簗瀬先生の「司法書士新・全日制(通学)」2 年目
  2年目も勉強方法は授業に出る、メモを取る、過去問を解く、六法に書き込みを入れる、宿題をやり切る。これだけでした。授業中はとにかくメモを取ることは変わりませんでしたが、新しくやっていたのは先生より早く六法を開くことです。簗瀬先生は1 つの条文をやると関連条文・比較条文を必ず六法で引くので絶対先回りしてやると勝手に闘志を燃やしていました。
  先回りできるということはきちんと理解できているということで、先回りできなかったものに印を付けてもう一度確認できるようにしていました。
  2 年目はびっくりするほど先生の言っていることが分かるようになりました。1年目覚えた点が線と線で繋がり、そういうことだったのか!!と思えることがたくさんあり授業が楽しくなりました。
  しかし課題で25/35問以上が取れないという壁にぶつかりました。これは1年目過去問をひたすらやっていたからであり、過去問にない論点を聞かれると、できていないことに気づきました。

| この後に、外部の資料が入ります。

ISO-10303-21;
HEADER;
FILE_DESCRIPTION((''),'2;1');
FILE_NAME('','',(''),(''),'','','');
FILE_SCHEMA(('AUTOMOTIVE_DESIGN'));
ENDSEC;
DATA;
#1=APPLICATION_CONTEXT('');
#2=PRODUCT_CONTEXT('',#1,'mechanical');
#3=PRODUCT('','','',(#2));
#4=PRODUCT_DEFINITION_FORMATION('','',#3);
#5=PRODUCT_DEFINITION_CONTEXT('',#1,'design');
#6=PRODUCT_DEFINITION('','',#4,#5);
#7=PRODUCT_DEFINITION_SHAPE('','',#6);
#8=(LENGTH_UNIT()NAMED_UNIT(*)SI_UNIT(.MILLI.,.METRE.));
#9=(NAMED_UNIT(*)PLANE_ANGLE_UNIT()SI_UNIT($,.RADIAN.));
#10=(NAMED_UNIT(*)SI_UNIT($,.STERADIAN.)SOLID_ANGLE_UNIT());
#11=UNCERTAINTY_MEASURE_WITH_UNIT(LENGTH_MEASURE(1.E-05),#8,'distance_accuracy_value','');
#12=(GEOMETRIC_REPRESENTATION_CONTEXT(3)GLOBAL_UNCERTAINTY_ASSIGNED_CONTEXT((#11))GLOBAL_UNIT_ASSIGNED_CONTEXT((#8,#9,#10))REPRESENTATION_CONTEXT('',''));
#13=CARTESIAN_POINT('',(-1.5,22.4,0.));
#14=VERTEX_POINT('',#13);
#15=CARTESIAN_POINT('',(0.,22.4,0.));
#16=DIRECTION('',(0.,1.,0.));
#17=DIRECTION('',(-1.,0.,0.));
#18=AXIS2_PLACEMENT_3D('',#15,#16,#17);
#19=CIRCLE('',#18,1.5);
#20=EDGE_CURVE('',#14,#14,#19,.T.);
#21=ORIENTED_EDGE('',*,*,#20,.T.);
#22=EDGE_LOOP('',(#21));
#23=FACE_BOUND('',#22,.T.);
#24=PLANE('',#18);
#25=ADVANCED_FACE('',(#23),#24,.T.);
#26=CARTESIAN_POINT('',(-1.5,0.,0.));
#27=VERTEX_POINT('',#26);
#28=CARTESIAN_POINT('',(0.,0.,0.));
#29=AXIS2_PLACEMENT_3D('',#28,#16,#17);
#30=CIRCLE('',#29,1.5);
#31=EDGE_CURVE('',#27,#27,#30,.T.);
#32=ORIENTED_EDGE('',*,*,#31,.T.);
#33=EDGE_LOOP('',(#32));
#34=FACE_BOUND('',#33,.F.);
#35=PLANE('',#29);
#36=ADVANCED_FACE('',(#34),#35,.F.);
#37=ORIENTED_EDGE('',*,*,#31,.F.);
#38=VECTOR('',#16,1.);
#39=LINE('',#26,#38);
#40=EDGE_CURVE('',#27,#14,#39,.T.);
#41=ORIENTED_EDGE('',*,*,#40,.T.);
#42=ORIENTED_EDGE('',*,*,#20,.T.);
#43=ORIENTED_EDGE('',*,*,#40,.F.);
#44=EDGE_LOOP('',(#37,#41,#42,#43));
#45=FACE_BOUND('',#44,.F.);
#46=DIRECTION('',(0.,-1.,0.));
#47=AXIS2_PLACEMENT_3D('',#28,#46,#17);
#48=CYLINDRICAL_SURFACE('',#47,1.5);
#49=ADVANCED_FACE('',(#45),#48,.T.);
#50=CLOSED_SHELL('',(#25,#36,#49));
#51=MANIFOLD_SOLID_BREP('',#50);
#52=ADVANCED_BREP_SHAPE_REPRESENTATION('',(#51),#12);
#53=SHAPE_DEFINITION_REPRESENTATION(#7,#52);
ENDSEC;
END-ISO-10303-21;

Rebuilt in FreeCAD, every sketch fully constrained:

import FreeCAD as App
import Part
import Sketcher
from FreeCAD import Vector
Q = App.Units.Quantity

doc = App.newDocument("Part")
body = doc.addObject("PartDesign::Body", "Body")

# Sketch on XZ plane
sketch1 = doc.addObject("Sketcher::SketchObject", "Sketch")
body.addObject(sketch1)
sketch1.AttachmentSupport = (doc.XZ_Plane, [""])
sketch1.MapMode = "FlatFace"
sketch1.addGeometry(Part.Circle(Vector(0, 0, 0), Vector(0, 0, 1), 1.5), False)
sketch1.addConstraint(Sketcher.Constraint("Coincident", 0, 3, -1, 1))
sketch1.addConstraint(Sketcher.Constraint("Diameter", 0, Q("3 mm")))
pad1 = doc.addObject("PartDesign::Pad", "Pad")
body.addObject(pad1)
pad1.Profile = sketch1
pad1.Length = 22.4
pad1.Reversed = True

doc.recompute()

  そこで帰宅後は過去問をやめて、テキストの読み直し・六法への書き込みに変えました。確実に点も取れるようになってきて今年は合格できると思っていたのです。
  しかしなんと試験2か月前の5月、コロナウイルスで保育園がお休みになってしまったのです。子供と家の中で1日中過ごすことでペースが崩れ最後の追い込みが思うようにいかず、午後の択一式で足切りにあってしまいました。

 

● 3 年目
  2回目の試験終了後に簗瀬先生に「もうやめます。お世話になりました。」と言いに行きました。勉強を始めるときに2年と自分で決めていたし、2回目の試験不合格はかなり堪えました。さらにもう勉強するためのお金がなかったのです。

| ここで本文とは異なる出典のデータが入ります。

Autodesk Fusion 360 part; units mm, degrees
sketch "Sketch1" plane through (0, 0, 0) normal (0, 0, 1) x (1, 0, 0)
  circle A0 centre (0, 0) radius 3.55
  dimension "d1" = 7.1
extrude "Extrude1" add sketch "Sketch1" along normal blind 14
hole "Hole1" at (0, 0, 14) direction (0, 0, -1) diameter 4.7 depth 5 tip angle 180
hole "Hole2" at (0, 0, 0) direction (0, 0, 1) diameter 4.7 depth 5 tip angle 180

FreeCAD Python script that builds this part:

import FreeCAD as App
import Part
import Sketcher

V = App.Vector

doc = App.newDocument("Part")
body = doc.addObject("PartDesign::Body", "Body")

sketch1 = body.newObject("Sketcher::SketchObject", "Sketch")
sketch1.AttachmentSupport = (doc.getObject("XY_Plane"), [""])
sketch1.MapMode = "FlatFace"
sketch1.addGeometry(Part.Circle(V(0, 0, 0), V(0, 0, 1), 3.5), False)
sketch1.addConstraint(Sketcher.Constraint("Coincident", 0, 3, -1, 1))
sketch1.addConstraint(Sketcher.Constraint("Diameter", 0, 7.1))
pad1 = body.newObject("PartDesign::Pad", "Pad")
pad1.Profile = sketch1
pad1.Length = 14

sketch2 = body.newObject("Sketcher::SketchObject", "Sketch001")
sketch2.AttachmentSupport = (doc.getObject("XY_Plane"), [""])
sketch2.MapMode = "FlatFace"
sketch2.AttachmentOffset = App.Placement(V(0, 0, 14), App.Rotation())
sketch2.addGeometry(Part.Circle(V(0, 0, 0), V(0, 0, 1), 2.4), False)
sketch2.addConstraint(Sketcher.Constraint("Coincident", 0, 3, -1, 1))
sketch2.addConstraint(Sketcher.Constraint("Diameter", 0, 4.7))
doc.recompute()
hole = body.newObject("PartDesign::Hole", "Hole")
hole.Profile = sketch2
hole.ThreadType = "None"
hole.Diameter = 4.7
hole.DepthType = "Dimension"
hole.Depth = 5
hole.DrillPoint = "Flat"

sketch3 = body.newObject("Sketcher::SketchObject", "Sketch002")
sketch3.AttachmentSupport = (doc.getObject("XY_Plane"), [""])
sketch3.MapMode = "FlatFace"
sketch3.addGeometry(Part.Circle(V(0, 0, 0), V(0, 0, 1), 2.4), False)
sketch3.addConstraint(Sketcher.Constraint("Coincident", 0, 3, -1, 1))
sketch3.addConstraint(Sketcher.Constraint("Diameter", 0, 4.7))
doc.recompute()
hole2 = body.newObject("PartDesign::Hole", "Hole001")
hole2.Profile = sketch3
hole2.ThreadType = "None"
hole2.Diameter = 4.7
hole2.DepthType = "Dimension"
hole2.Depth = 5
hole2.DrillPoint = "Flat"
hole2.Reversed = True

doc.recompute()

  先生は「あと1回だけがんばれ。旦那さんや親に頭を下げてもう1回だけやってみろ。」と説得してくれました。そこで10月〜 3 月までの期間限定の仕事を見つけ、勉強は昼休憩と夜のみの生活を始めました。
  内容はテキストを読む→過去問を解く→過去問に出てない論点の確認のみでした。1 ・2 年目と比べると勉強時間はほとんどなく、もう一回受けてもダメな気がすると内心は思っていましたが、期間限定の仕事のおかげで答案練習会には申し込みができ、最後にはA判定を取ることができました。5月からの追込みも基本通りテキスト→過去問→答練見直し→過去問にない論点の確認をしていました。この時期から六法にマーカーペンを使い覚えきれていない判例などに色を付けました。2週間前の直前期には六法を順番にめくっていき、色の付いたところを重点的に読み込むようにしていました。3年目の六法は見ればなんでもわかるくらいに書き込みやライン、参照条文や比較条文が書かれていました。
 そして3 回目の試験でついに合格しました。

答案練習会の重要さ
  本試験ではどこから手を付けるかということは非常に重要だと思います。特に午後は択一式からやるのか不動産登記か商業登記なのか、その場でうまく判断することが合格へ一歩近づけるかどうかに関わると思っています。私が合格した令和3年度は択一式が難しく、不動産登記は量が多く、商業登記は易しかったと思います。私は@商業登記A択一式B択一式見直しC不動産登記の順で解きました。商業登記の問題を見て30点近く取れるはずと思い、不動産登記は10点あればいいと解答欄をすべて埋めることはあきらめようと決め、絶対に択一式で足切りは避けようと択一式に時間を使いました。
 これは答案練習会で練習していました。まず問題を全部見る、どこからやるか、まんべんなくやらなきゃいけないか、片方だけで高得点が狙えるのか、択一式に時間がかかりそうなのかを判断するのは勇気のいることですし、そう簡単に配分もできません。目指しているのは合格なので、どうしたら基準点を超えるかの対策をすることも重要だと思います。
 
●合格後に振り返って
  私は授業に出る、課題をこなすのみで特別な勉強方法は全くしませんでした。簗瀬先生は一人一人をきちんと見てくれるので、先生が言ったこと、出した課題は自分に必要と全信頼を置いていました。それでも点数が伸び悩むときは、この勉強方法で本当に大丈夫なのかと不安になり先生に相談に行っていました。私は特別優秀なわけでもなく、時間に余裕があったわけでもありません。しかし絶対合格したいとの気持ちは誰にも負けない自信がありました。受験生期間中は不安や忙しさ、自分の不甲斐なさに打ちのめされることも多くありましたが、やはりあきらめなくてよかったと思います。
  受験生の皆さん、合格への道はかなり険しく、近道はありません。毎日の1歩1歩が一番の近道だと思います。大切なのはあきらめないこと、1歩でもいいから確実に前に進むことです。2歩下がってしまうときもありますが、3 歩進めばいいのです。
  最後に私に司法書士の夢を与えてくれた我が子、家事がおろそかになっても文句を言わずにいつも応援してくれた旦那さん、我が子を預かって勉強時間を作ってくれた母、一緒に勉強をした仲間、東京法経学院名古屋校の皆さんに最大限の感謝をしたいと思います。 
  本当にありがとうございました。